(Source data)
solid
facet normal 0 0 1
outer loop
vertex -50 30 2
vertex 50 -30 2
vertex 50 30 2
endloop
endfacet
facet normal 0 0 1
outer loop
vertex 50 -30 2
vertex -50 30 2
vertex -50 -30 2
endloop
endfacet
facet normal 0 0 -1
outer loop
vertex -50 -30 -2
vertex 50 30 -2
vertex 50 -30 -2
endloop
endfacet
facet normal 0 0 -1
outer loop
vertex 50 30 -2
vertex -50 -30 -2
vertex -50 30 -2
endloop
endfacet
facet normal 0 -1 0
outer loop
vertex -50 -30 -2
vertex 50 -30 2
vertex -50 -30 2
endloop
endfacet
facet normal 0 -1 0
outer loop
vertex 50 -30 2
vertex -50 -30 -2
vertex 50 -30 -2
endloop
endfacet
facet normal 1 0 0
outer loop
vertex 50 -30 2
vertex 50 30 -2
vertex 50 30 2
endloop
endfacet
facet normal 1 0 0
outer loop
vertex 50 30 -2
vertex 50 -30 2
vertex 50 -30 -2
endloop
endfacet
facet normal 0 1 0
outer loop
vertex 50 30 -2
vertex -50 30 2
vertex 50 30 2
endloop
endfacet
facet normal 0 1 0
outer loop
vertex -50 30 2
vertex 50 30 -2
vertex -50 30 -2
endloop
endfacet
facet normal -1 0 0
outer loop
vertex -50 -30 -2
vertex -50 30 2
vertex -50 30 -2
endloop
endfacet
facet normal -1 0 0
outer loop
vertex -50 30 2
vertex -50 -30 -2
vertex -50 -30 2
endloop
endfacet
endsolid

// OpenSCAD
module plateau_rectangulaire()
{
	cube(size = [100,60,4], center = true);
}

plateau_rectangulaire();
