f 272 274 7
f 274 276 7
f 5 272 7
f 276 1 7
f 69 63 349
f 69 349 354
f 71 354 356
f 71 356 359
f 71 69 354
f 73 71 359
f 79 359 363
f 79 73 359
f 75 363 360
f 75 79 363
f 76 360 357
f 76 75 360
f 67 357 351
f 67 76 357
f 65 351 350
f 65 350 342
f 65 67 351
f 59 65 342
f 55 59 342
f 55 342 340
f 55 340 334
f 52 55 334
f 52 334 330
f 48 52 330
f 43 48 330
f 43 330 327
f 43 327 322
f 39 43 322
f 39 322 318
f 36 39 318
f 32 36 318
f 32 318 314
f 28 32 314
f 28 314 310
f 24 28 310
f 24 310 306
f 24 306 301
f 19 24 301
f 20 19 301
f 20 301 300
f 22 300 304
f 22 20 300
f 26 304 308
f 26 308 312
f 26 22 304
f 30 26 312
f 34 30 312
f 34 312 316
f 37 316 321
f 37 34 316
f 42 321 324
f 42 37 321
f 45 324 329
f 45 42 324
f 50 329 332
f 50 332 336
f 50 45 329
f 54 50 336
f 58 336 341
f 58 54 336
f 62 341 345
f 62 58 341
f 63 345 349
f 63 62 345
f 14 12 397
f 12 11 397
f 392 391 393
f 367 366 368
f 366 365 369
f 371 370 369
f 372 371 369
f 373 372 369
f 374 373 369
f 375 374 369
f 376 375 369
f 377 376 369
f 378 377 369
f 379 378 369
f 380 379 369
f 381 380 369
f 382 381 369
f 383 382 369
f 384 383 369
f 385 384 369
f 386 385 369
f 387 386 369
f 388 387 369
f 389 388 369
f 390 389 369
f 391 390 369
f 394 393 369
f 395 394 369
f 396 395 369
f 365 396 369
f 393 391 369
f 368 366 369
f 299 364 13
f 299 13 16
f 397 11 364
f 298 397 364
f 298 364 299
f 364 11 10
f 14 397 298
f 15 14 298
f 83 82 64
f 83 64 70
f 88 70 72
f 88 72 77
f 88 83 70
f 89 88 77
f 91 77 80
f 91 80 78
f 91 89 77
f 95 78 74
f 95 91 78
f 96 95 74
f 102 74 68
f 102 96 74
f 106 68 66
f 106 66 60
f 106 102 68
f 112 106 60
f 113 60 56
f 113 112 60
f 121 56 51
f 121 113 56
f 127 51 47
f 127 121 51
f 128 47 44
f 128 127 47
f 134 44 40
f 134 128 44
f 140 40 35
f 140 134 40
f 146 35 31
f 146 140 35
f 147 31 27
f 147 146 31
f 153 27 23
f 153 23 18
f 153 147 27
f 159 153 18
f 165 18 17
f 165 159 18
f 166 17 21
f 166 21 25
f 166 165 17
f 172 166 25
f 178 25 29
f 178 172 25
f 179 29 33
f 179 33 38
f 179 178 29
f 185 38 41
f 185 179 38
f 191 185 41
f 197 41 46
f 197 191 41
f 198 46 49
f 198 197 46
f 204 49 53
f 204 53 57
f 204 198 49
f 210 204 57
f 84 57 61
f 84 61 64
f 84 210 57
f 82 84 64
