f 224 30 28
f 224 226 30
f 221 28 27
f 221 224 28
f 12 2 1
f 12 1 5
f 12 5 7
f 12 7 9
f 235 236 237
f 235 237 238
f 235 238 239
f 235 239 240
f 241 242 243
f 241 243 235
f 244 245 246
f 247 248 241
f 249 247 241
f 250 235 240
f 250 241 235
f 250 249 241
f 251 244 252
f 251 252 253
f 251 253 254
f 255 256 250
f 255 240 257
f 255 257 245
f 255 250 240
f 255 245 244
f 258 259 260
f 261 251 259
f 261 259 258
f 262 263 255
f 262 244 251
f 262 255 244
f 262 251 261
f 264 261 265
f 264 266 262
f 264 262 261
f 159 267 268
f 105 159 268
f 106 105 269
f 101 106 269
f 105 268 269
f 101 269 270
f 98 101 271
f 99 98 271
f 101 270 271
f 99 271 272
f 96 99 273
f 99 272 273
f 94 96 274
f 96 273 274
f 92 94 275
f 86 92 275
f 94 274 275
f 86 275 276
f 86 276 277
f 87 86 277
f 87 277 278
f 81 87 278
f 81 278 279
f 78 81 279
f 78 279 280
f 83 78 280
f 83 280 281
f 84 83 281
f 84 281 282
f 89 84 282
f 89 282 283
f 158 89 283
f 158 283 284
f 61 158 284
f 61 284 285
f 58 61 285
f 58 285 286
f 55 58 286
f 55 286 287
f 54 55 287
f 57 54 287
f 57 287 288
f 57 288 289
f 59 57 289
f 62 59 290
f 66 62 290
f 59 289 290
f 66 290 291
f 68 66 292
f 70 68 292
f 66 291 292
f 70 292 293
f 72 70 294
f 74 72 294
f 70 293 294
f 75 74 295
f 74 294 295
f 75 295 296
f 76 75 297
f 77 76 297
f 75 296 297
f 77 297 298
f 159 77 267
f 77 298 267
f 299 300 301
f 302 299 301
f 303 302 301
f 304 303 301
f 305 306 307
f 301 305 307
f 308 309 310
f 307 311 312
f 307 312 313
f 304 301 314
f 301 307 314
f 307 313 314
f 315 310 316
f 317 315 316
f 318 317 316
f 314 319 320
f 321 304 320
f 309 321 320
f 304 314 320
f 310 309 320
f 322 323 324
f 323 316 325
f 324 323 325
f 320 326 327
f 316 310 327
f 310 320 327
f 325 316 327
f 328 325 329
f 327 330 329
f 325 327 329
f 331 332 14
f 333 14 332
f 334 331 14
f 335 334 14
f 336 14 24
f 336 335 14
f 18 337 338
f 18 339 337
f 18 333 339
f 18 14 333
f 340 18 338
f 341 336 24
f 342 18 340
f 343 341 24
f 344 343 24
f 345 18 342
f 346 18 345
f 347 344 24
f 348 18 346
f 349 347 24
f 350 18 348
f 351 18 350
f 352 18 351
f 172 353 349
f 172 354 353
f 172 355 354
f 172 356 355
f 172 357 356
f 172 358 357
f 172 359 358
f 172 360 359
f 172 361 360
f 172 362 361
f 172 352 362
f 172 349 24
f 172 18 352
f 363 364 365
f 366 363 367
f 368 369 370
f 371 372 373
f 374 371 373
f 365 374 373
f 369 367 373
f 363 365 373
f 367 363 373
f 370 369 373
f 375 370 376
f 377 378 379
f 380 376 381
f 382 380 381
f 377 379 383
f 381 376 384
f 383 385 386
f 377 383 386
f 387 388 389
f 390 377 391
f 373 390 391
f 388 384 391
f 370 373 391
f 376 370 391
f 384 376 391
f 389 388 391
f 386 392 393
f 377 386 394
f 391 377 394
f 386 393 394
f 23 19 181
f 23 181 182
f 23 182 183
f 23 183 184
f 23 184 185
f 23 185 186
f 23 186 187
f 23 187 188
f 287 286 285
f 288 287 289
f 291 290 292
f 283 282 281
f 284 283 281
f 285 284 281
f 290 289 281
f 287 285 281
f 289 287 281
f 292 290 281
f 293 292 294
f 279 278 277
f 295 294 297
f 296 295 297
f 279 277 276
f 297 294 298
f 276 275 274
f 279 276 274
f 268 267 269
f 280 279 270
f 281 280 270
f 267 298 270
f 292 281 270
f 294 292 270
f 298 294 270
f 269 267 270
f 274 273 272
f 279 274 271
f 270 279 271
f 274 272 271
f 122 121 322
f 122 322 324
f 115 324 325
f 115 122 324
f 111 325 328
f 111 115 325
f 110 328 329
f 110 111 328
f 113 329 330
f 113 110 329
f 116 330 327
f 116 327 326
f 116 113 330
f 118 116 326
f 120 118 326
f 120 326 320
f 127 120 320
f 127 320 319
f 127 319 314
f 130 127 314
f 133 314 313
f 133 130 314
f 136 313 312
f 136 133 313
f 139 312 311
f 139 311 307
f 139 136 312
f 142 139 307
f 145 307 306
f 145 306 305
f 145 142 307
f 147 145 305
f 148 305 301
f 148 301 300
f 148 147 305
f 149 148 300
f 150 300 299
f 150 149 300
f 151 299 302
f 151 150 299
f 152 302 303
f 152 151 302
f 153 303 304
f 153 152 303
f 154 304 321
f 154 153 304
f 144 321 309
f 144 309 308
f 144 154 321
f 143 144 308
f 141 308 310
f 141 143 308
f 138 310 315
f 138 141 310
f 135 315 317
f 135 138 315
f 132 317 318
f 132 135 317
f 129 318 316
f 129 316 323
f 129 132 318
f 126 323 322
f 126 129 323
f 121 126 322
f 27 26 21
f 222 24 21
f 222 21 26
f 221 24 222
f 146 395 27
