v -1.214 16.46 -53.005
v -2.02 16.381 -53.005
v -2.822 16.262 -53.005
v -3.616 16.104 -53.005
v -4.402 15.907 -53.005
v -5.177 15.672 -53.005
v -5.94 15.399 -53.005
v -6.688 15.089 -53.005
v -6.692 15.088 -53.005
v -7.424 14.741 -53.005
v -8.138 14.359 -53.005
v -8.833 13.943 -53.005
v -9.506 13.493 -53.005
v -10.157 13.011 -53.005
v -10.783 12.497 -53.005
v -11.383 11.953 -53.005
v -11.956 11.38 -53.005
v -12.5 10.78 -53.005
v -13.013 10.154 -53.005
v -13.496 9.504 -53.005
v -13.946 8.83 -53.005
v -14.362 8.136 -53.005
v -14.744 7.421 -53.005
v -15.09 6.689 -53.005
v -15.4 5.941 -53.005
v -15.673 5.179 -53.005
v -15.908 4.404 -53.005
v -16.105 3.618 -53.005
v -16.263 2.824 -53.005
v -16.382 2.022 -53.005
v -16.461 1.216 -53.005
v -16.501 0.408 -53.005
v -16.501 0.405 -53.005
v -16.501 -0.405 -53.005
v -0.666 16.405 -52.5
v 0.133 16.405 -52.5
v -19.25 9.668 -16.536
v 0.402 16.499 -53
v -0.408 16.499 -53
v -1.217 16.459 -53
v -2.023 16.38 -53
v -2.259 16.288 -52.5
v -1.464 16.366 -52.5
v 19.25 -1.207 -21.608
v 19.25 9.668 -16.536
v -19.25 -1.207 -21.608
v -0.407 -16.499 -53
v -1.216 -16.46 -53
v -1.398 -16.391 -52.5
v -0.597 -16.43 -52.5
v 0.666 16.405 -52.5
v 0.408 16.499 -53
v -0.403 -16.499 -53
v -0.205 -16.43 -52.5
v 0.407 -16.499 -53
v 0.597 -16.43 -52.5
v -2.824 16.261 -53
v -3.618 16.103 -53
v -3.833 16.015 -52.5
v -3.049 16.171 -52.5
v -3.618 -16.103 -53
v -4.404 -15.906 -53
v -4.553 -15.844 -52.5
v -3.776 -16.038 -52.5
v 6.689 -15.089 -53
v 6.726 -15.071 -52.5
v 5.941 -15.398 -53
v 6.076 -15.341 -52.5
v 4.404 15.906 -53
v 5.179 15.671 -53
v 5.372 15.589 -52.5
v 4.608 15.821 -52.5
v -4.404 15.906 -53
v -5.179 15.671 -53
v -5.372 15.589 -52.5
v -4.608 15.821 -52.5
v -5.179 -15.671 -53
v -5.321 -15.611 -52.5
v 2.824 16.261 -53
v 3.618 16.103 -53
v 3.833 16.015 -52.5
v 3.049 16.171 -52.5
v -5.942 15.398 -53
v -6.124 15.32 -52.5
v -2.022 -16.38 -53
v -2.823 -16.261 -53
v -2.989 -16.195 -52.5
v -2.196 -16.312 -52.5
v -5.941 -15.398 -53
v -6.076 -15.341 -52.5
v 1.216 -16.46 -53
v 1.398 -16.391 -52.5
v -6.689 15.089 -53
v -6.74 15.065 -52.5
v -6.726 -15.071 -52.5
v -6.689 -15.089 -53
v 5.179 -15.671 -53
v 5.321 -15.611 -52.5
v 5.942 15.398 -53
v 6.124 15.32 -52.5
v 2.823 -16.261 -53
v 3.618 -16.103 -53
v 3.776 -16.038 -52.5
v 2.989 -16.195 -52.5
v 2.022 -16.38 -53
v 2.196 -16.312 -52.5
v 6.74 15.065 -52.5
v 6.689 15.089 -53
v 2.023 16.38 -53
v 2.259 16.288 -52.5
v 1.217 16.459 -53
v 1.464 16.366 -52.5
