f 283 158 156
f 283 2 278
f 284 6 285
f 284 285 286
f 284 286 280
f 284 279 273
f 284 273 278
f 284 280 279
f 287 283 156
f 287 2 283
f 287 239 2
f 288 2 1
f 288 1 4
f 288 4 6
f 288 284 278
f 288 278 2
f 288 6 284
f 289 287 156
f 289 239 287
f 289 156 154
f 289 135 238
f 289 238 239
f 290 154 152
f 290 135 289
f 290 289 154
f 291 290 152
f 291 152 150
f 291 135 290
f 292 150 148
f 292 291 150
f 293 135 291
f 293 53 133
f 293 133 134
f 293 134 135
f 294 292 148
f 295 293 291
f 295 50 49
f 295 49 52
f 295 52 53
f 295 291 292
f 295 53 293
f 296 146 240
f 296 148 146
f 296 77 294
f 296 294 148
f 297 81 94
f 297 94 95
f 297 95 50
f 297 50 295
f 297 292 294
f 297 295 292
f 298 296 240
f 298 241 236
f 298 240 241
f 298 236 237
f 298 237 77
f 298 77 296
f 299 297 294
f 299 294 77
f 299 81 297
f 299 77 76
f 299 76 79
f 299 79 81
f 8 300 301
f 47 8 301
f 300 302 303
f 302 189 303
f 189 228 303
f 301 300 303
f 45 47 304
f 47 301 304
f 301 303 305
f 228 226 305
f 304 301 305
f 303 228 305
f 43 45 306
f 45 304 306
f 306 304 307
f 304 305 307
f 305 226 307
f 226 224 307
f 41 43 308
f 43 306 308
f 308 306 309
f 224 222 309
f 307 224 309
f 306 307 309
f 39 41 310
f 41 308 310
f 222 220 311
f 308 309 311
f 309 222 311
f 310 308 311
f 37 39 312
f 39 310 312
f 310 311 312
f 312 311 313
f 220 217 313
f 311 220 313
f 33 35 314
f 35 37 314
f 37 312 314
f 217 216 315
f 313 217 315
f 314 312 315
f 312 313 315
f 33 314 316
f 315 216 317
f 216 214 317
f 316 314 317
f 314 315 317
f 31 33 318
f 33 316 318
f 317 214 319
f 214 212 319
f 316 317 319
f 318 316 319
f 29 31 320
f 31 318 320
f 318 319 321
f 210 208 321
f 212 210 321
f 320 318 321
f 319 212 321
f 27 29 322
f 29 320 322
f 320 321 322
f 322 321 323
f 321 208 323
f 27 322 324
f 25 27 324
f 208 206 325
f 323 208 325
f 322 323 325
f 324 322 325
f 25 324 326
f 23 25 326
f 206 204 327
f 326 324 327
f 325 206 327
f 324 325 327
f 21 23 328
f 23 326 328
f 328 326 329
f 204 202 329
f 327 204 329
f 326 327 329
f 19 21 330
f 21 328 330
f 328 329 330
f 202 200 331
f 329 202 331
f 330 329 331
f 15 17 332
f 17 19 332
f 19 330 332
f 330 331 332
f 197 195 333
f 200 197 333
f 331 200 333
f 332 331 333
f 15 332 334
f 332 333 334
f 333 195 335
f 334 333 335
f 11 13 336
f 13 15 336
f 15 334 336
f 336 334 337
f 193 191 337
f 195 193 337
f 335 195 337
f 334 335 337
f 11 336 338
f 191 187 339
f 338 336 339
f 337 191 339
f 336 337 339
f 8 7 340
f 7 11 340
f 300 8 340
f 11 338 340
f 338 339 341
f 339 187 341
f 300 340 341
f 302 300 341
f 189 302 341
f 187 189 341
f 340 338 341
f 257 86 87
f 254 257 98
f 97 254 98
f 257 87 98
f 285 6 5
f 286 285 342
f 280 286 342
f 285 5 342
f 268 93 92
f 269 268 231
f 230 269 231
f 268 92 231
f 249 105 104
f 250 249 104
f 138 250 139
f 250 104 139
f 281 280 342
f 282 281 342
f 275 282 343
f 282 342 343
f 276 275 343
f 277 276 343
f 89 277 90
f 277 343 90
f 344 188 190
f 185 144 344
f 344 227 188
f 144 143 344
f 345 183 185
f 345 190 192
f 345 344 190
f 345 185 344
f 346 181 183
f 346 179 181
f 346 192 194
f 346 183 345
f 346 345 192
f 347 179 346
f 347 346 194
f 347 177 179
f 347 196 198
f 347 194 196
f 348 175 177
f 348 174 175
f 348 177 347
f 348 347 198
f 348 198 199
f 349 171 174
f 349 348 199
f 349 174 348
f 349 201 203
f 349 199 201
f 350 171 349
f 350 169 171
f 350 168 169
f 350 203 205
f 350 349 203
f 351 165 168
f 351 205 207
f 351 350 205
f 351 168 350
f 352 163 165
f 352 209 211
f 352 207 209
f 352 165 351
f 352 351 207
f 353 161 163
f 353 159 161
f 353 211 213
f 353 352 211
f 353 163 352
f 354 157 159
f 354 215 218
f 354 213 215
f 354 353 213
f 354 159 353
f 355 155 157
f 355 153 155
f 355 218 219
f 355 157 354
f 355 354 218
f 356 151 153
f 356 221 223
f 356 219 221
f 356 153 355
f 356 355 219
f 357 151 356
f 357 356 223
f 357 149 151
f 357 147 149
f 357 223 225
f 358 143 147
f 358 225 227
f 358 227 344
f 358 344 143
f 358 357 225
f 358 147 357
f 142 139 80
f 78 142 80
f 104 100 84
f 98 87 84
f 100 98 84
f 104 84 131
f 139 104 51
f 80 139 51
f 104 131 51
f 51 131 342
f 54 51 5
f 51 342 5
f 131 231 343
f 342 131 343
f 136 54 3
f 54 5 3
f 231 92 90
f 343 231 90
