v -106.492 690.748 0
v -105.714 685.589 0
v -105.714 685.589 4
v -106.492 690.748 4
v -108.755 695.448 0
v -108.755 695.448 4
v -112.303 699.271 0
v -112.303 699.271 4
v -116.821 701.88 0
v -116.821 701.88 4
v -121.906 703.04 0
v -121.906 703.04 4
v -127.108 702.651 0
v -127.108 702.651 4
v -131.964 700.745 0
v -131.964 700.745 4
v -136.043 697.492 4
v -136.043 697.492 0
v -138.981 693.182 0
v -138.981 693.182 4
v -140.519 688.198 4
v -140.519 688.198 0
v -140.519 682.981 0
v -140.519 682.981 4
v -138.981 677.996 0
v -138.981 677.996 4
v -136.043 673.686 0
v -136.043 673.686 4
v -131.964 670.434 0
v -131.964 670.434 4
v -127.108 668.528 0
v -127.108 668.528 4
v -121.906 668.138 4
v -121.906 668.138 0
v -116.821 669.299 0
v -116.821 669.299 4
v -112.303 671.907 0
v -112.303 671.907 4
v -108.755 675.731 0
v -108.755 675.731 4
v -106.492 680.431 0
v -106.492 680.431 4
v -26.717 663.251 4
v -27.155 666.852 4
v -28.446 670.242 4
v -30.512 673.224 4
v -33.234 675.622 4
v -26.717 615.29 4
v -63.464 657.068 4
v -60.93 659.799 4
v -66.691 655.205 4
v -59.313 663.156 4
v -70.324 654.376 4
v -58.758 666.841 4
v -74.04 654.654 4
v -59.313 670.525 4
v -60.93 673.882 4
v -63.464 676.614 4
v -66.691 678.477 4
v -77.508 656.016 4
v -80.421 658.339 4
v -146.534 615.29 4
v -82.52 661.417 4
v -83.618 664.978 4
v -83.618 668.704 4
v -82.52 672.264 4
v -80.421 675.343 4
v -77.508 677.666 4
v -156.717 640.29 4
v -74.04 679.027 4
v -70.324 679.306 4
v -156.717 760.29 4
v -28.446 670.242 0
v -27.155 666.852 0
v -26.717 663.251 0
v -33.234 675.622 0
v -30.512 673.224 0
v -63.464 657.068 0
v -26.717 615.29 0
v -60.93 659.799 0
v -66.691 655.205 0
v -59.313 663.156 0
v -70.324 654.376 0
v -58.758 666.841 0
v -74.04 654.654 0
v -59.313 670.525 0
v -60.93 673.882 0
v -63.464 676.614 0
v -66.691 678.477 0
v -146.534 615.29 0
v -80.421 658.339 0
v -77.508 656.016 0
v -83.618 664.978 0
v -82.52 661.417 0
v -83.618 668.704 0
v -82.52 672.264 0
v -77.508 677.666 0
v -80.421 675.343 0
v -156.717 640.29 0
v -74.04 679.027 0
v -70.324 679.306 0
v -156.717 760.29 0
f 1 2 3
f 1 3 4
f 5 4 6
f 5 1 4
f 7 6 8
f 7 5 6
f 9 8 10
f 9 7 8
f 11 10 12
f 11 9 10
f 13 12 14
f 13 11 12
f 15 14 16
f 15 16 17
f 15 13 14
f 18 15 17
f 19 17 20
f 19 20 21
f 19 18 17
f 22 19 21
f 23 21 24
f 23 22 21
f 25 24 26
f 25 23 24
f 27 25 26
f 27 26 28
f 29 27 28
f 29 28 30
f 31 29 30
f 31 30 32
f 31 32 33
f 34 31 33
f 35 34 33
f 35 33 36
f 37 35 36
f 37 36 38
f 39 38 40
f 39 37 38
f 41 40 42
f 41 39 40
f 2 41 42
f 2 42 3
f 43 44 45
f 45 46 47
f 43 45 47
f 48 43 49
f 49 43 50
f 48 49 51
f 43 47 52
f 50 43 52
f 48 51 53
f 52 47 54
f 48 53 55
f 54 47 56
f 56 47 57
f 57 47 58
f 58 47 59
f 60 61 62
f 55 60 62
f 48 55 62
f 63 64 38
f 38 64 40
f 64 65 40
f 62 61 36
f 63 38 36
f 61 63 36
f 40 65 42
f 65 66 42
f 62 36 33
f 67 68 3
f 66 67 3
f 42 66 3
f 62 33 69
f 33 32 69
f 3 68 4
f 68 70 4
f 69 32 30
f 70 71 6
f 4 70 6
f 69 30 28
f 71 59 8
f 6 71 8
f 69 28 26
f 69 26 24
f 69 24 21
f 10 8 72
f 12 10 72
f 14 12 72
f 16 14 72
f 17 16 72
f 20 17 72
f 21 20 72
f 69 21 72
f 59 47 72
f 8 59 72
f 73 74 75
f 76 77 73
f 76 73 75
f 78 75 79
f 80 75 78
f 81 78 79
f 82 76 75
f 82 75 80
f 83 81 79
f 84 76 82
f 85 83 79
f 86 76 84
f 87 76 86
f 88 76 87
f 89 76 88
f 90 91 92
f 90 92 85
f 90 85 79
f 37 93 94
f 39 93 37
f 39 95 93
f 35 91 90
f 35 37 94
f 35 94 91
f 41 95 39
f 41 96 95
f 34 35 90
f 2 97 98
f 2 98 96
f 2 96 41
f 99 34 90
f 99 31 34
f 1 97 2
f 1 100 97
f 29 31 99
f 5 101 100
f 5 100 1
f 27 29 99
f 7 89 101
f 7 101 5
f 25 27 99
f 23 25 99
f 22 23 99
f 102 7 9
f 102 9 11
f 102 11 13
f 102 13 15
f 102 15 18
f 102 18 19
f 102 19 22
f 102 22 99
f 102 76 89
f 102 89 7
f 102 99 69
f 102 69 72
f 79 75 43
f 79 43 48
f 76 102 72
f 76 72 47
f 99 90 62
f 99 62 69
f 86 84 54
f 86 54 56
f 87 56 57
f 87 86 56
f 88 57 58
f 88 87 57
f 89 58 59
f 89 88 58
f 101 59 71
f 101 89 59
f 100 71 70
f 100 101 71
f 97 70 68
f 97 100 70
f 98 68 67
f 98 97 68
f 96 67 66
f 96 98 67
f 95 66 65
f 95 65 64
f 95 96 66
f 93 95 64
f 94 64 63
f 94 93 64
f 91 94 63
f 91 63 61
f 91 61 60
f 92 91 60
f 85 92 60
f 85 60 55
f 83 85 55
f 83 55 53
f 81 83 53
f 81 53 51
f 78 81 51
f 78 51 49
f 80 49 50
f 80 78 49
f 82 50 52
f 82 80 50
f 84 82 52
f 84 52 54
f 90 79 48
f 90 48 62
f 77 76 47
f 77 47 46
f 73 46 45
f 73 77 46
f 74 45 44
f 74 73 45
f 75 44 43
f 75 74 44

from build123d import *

# Parameters (mm, degrees)
SKETCH_1_R      = 17.5
SKETCH_1_R_2    = 12.5
EXTRUDE_1_DEPTH = 4


with BuildPart() as part:
    # 草图1 → 凸台-拉伸1 (new body)
    with BuildSketch(Plane.XY):
        with BuildLine():
            Line((-26.716521465, 615.290207127), (-146.53444515, 615.290207127))
            Line((-146.53444515, 615.290207127), (-156.716521465, 640.290207127))
            Line((-156.716521465, 640.290207127), (-156.716521465, 760.290207127))
            Line((-156.716521465, 760.290207127), (-33.233977794, 675.622063649))
            ThreePointArc((-33.233977794, 675.622063649), (-28.445535159, 670.242358457), (-26.716521465, 663.250869168))
            Line((-26.716521465, 663.250869168), (-26.716521465, 615.290207127))
        make_face()
        with Locations((-123.214216797, 685.589410404)):
            Circle(SKETCH_1_R, mode=Mode.SUBTRACT)
        with Locations((-71.258091401, 666.840828083)):
            Circle(SKETCH_1_R_2, mode=Mode.SUBTRACT)
    extrude(amount=EXTRUDE_1_DEPTH)


solid = part.part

### PROBLEM STATEMENT:
Repeat exactly the lines of the data from the first one through the line with "f 58 54 336", both of them included.

### SOLUTION TO THE PROBLEM:
solid
facet normal 0 0 1
outer loop
vertex -50 30 2
vertex 50 -30 2
vertex 50 30 2
endloop
endfacet
facet normal 0 0 1
outer loop
vertex 50 -30 2
vertex -50 30 2
vertex -50 -30 2
endloop
endfacet
facet normal 0 0 -1
outer loop
vertex -50 -30 -2
vertex 50 30 -2
vertex 50 -30 -2
endloop
endfacet
facet normal 0 0 -1
outer loop
vertex 50 30 -2
vertex -50 -30 -2
vertex -50 30 -2
endloop
endfacet
facet normal 0 -1 0
outer loop
vertex -50 -30 -2
vertex 50 -30 2
vertex -50 -30 2
endloop
endfacet
facet normal 0 -1 0
outer loop
vertex 50 -30 2
vertex -50 -30 -2
vertex 50 -30 -2
endloop
endfacet
facet normal 1 0 0
outer loop
vertex 50 -30 2
vertex 50 30 -2
vertex 50 30 2
endloop
endfacet
facet normal 1 0 0
outer loop
vertex 50 30 -2
vertex 50 -30 2
vertex 50 -30 -2
endloop
endfacet
facet normal 0 1 0
outer loop
vertex 50 30 -2
vertex -50 30 2
vertex 50 30 2
endloop
endfacet
facet normal 0 1 0
outer loop
vertex -50 30 2
vertex 50 30 -2
vertex -50 30 -2
endloop
endfacet
facet normal -1 0 0
outer loop
vertex -50 -30 -2
vertex -50 30 2
vertex -50 30 -2
endloop
endfacet
facet normal -1 0 0
outer loop
vertex -50 30 2
vertex -50 -30 -2
vertex -50 -30 2
endloop
endfacet
endsolid

// OpenSCAD
module plateau_rectangulaire()
{
	cube(size = [100,60,4], center = true);
}

plateau_rectangulaire();
f 272 274 7
f 274 276 7
f 5 272 7
f 276 1 7
f 69 63 349
f 69 349 354
f 71 354 356
f 71 356 359
f 71 69 354
f 73 71 359
f 79 359 363
f 79 73 359
f 75 363 360
f 75 79 363
f 76 360 357
f 76 75 360
f 67 357 351
f 67 76 357
f 65 351 350
f 65 350 342
f 65 67 351
f 59 65 342
f 55 59 342
f 55 342 340
f 55 340 334
f 52 55 334
f 52 334 330
f 48 52 330
f 43 48 330
f 43 330 327
f 43 327 322
f 39 43 322
f 39 322 318
f 36 39 318
f 32 36 318
f 32 318 314
f 28 32 314
f 28 314 310
f 24 28 310
f 24 310 306
f 24 306 301
f 19 24 301
f 20 19 301
f 20 301 300
f 22 300 304
f 22 20 300
f 26 304 308
f 26 308 312
f 26 22 304
f 30 26 312
f 34 30 312
f 34 312 316
f 37 316 321
f 37 34 316
f 42 321 324
f 42 37 321
f 45 324 329
f 45 42 324
f 50 329 332
f 50 332 336
f 50 45 329
f 54 50 336
f 58 336 341
f 58 54 336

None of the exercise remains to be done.